Taliesin: Wright at the Time | Frank Lloyd Wright | Ken Burns | PBS

Wright at the Time

Mamah Borthwick
Martha "Mamah" Borthwick (June 19, 1869 - August 15, 1914) is primarily noted for her relationship with Frank Lloyd Wright, which ended when she was murdered. This image is from a newspaper article about their relationship scandal.

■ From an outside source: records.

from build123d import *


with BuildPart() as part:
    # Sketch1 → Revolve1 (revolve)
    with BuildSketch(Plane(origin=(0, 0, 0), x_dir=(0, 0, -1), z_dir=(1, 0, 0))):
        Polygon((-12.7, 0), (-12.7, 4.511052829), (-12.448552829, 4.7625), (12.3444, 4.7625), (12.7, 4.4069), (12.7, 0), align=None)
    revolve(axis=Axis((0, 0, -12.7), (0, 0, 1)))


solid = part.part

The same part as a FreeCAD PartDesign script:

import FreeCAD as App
import Part
import Sketcher
from FreeCAD import Vector
Q = App.Units.Quantity


def add_polygon(sketch, points):
    """Adds a closed chain of lines whose ends are joined by coincident constraints."""
    first, n = sketch.GeometryCount, len(points)
    for a, b in zip(points, points[1:] + points[:1]):
        sketch.addGeometry(Part.LineSegment(App.Vector(*a, 0), App.Vector(*b, 0)), False)
    for i in range(n):
        sketch.addConstraint(Sketcher.Constraint("Coincident", first + i, 2, first + (i + 1) % n, 1))

doc = App.newDocument("Part")
body = doc.addObject("PartDesign::Body", "Body")

# Sketch on YZ plane
sketch1 = body.newObject("Sketcher::SketchObject", "Sketch")
sketch1.AttachmentSupport = (doc.getObject("YZ_Plane"), [""])
sketch1.MapMode = "FlatFace"
add_polygon(sketch1, [(4.51, 12.7), (0, 12.7), (0, -12.7), (4.41, -12.7), (4.76, -12.34), (4.76, 12.45)])  # lines 0-5
sketch1.addConstraint(Sketcher.Constraint("Horizontal", 0))
sketch1.addConstraint(Sketcher.Constraint("Vertical", 1))
sketch1.addConstraint(Sketcher.Constraint("Horizontal", 2))
sketch1.addConstraint(Sketcher.Constraint("Vertical", 4))
sketch1.addConstraint(Sketcher.Constraint("Symmetric", 0, 2, 1, 2, -1, 1))
sketch1.addConstraint(Sketcher.Constraint("Perpendicular", 3, 5))
sketch1.addConstraint(Sketcher.Constraint("DistanceY", 1, 2, 1, 1, Q("1 in")))
sketch1.addConstraint(Sketcher.Constraint("Angle", 3, Q("45 deg")))
sketch1.addConstraint(Sketcher.Constraint("Distance", 5, Q("0.014 in")))
sketch1.addConstraint(Sketcher.Constraint("DistanceX", 2, 1, 2, 2, Q("0.1735 in")))
sketch1.addConstraint(Sketcher.Constraint("DistanceX", -1, 1, 3, 2, Q("0.1875 in")))
revolution = body.newObject("PartDesign::Revolution", "Revolution")
revolution.Profile = sketch1
revolution.ReferenceAxis = (sketch1, ["V_Axis"])
revolution.Angle = 360

doc.recompute()
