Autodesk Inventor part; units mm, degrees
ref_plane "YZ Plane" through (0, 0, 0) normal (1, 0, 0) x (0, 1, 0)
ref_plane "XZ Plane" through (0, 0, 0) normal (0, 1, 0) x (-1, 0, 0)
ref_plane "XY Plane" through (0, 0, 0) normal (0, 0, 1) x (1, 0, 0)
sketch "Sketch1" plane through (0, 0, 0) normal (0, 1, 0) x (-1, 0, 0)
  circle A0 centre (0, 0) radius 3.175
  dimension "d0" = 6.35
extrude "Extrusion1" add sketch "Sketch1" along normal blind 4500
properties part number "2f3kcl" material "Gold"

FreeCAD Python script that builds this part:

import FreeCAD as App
import Part
import Sketcher
Q = App.Units.Quantity

doc = App.newDocument("Part")
body = doc.addObject("PartDesign::Body", "Body")

sketch1 = body.newObject("Sketcher::SketchObject", "Sketch")
sketch1.AttachmentSupport = (doc.getObject("XZ_Plane"), [""])
sketch1.MapMode = "FlatFace"
sketch1.addGeometry(Part.Circle(App.Vector(0, 0, 0), App.Vector(0, 0, 1), 3.2), False)
sketch1.addConstraint([
    Sketcher.Constraint("Coincident", 0, 3, -1, 1),
    Sketcher.Constraint("Diameter", 0, Q("6.35 mm")),
])
pad1 = body.newObject("PartDesign::Pad", "Pad")
pad1.Profile = sketch1
pad1.Length = 4500
pad1.Reversed = True

doc.recompute()
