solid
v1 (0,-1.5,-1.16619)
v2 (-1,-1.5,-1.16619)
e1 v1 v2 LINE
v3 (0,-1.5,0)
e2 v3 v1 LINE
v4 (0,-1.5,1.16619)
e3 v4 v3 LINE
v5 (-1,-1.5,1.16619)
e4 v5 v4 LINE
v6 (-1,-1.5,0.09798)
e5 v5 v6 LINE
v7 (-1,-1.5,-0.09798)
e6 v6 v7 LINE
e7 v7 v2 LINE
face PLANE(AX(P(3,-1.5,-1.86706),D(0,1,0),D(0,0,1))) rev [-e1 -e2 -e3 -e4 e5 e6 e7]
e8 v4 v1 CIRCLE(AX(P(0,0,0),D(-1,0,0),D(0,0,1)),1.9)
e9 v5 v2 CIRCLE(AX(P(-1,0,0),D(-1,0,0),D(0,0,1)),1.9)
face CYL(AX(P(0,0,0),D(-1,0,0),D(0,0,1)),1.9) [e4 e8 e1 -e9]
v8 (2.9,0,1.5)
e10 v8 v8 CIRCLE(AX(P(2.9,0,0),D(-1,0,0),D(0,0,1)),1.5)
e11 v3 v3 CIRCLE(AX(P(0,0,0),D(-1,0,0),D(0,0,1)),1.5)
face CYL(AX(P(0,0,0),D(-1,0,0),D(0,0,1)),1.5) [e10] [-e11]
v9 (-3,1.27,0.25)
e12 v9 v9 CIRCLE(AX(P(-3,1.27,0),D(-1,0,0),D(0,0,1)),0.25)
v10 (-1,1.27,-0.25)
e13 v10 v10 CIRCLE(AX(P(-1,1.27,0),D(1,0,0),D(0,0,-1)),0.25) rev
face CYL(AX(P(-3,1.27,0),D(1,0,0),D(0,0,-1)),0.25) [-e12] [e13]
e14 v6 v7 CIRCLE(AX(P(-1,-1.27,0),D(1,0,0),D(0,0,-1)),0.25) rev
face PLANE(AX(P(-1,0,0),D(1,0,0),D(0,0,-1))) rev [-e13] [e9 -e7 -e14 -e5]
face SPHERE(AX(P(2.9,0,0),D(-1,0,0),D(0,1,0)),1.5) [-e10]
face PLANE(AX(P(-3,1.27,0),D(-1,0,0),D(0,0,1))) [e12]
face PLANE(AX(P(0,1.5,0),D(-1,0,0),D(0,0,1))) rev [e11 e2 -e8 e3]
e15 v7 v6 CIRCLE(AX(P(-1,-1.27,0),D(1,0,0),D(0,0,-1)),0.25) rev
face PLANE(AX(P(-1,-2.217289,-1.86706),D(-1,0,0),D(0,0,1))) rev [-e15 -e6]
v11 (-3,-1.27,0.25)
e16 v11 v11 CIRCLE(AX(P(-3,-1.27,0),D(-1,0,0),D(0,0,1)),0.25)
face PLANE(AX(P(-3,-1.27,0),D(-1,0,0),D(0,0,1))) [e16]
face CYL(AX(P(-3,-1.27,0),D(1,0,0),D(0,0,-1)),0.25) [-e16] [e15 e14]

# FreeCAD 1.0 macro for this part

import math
import FreeCAD as App
import Part
import Sketcher
from FreeCAD import Vector
Q = App.Units.Quantity

doc = App.newDocument("Part")
body = doc.addObject("PartDesign::Body", "Body")

# Sketch on XY plane
sketch1 = body.newObject("Sketcher::SketchObject", "Sketch")
sketch1.AttachmentSupport = (doc.getObject("XY_Plane"), [""])
sketch1.MapMode = "FlatFace"
sketch1.addGeometry([
    Part.ArcOfCircle(Part.Circle(Vector(2.9, 0, 0), Vector(0, 0, 1), 1.5), math.radians(0), math.radians(90)),  # 0
    Part.LineSegment(Vector(2.9, 1.5, 0), Vector(0, 1.5, 0)),  # 1
    Part.LineSegment(Vector(0, 1.5, 0), Vector(0, 1.9, 0)),  # 2
    Part.LineSegment(Vector(0, 1.9, 0), Vector(-1, 1.9, 0)),  # 3
    Part.LineSegment(Vector(-1, 1.9, 0), Vector(-1, 0, 0)),  # 4
    Part.LineSegment(Vector(-1, 0, 0), Vector(4.4, 0, 0)),  # 5
], False)
sketch1.addConstraint([
    Sketcher.Constraint("Tangent", 0, 2, 1, 1),
    Sketcher.Constraint("Coincident", 1, 2, 2, 1),
    Sketcher.Constraint("Coincident", 2, 2, 3, 1),
    Sketcher.Constraint("Coincident", 3, 2, 4, 1),
    Sketcher.Constraint("Coincident", 4, 2, 5, 1),
    Sketcher.Constraint("Coincident", 5, 2, 0, 1),
    Sketcher.Constraint("Horizontal", 1),
    Sketcher.Constraint("Vertical", 2),
    Sketcher.Constraint("Horizontal", 3),
    Sketcher.Constraint("Vertical", 4),
    Sketcher.Constraint("Horizontal", 5),
    Sketcher.Constraint("PointOnObject", 0, 3, -1),
    Sketcher.Constraint("PointOnObject", 1, 2, -2),
    Sketcher.Constraint("PointOnObject", 4, 2, -1),
    Sketcher.Constraint("Radius", 0, Q("1.5 mm")),
    Sketcher.Constraint("DistanceX", 3, 2, 3, 1, Q("1 mm")),
    Sketcher.Constraint("DistanceX", 1, 2, 1, 1, Q("2.9 mm")),
    Sketcher.Constraint("DistanceY", 2, 1, 2, 2, Q("0.4 mm")),
])
revolution = body.newObject("PartDesign::Revolution", "Revolution")
revolution.Profile = sketch1
revolution.ReferenceAxis = (sketch1, ["H_Axis"])
revolution.Angle = 360

# Sketch on YZ plane
sketch2 = body.newObject("Sketcher::SketchObject", "Sketch001")
sketch2.AttachmentSupport = (doc.getObject("YZ_Plane"), [""])
sketch2.MapMode = "FlatFace"
sketch2.AttachmentOffset = App.Placement(Vector(0, 0, -1), App.Rotation())
sketch2.addGeometry([
    Part.Circle(Vector(1.27, 0, 0), Vector(0, 0, 1), 0.25),
    Part.Circle(Vector(-1.27, 0, 0), Vector(0, 0, 1), 0.25),
], False)
sketch2.addConstraint([
    Sketcher.Constraint("Equal", 0, 1),
    Sketcher.Constraint("Symmetric", 0, 3, 1, 3, -1, 1),
    Sketcher.Constraint("PointOnObject", 0, 3, -1),
    Sketcher.Constraint("Diameter", 0, Q("0.5 mm")),
    Sketcher.Constraint("DistanceX", -1, 1, 0, 3, Q("1.27 mm")),
])
pad1 = body.newObject("PartDesign::Pad", "Pad")
pad1.Profile = sketch2
pad1.Length = 2
pad1.Reversed = True

# Sketch on YZ plane
sketch3 = body.newObject("Sketcher::SketchObject", "Sketch002")
sketch3.AttachmentSupport = (doc.getObject("YZ_Plane"), [""])
sketch3.MapMode = "FlatFace"
sketch3.AttachmentOffset = App.Placement(Vector(0, 0, -1), App.Rotation())
sketch3.addGeometry([
    Part.LineSegment(Vector(-1.5, -1.86706, 0), Vector(-2.217289, -1.86706, 0)),
    Part.LineSegment(Vector(-2.217289, -1.86706, 0), Vector(-2.217289, 1.935625, 0)),
    Part.LineSegment(Vector(-2.217289, 1.935625, 0), Vector(-1.5, 1.935625, 0)),
    Part.LineSegment(Vector(-1.5, 1.935625, 0), Vector(-1.5, -1.86706, 0)),
], False)
sketch3.addConstraint([
    Sketcher.Constraint("Coincident", 0, 2, 1, 1),
    Sketcher.Constraint("Coincident", 1, 2, 2, 1),
    Sketcher.Constraint("Coincident", 2, 2, 3, 1),
    Sketcher.Constraint("Coincident", 3, 2, 0, 1),
    Sketcher.Constraint("Horizontal", 0),
    Sketcher.Constraint("Vertical", 1),
    Sketcher.Constraint("Horizontal", 2),
    Sketcher.Constraint("Vertical", 3),
    Sketcher.Constraint("DistanceX", 2, 2, -1, 1, Q("1.5 mm")),
    Sketcher.Constraint("DistanceX", 0, 2, 0, 1, Q("0.717289 mm")),
    Sketcher.Constraint("DistanceY", 1, 1, 1, 2, Q("3.802685 mm")),
    Sketcher.Constraint("DistanceY", 0, 2, -1, 1, Q("1.86706 mm")),
])
pocket1 = body.newObject("PartDesign::Pocket", "Pocket")
pocket1.Profile = sketch3
pocket1.Length = 4
pocket1.Reversed = True

doc.recompute()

After a period of self-imposed exile with Mamah Cheney in Europe, the two returned to America and settled with Cheney's children in Spring Green, Wisconsin. A few years later, while Wright was away working on Chicago’s Midway Gardens, Cheney and her two children and some workmen sat down to lunch at Taliesin. The butler-handyman bolted all of Taliesin’s doors and windows, set the house on fire and bludgeoned anybody who tried to escape. Cheney and seven others died, and the house was destroyed. Wondering “why mark the spot where desolation ended and began?” Wright buried his beloved mistress in an unmarked grave.



The Weekly Home News, August 20, 1914

“Murderer of Seven: Sets Fire to Country Home of Frank Lloyd Wright Near Spring Green”


While the members of the household were at dinner, last Saturday, Julian Carlton, a negro servant, fired Frank Lloyd Wright’s bungalow, murdered seven and seriously wounded one with a hatchet and another received injuries in jumping from a window. The dead are:

Mrs. Mamah Borthwick, their son and daughter, John and Martha Cheney, aged 11 and 9 respectively; Emil Brodelle, aged 30, an architectural draftsman; Thomas Brunker, of Ridgeway, hostler; Ernest Weston, 13-year-old son of Mr. And Mrs. Wm. Weston of Spring Green; and David Lindblom, gardener.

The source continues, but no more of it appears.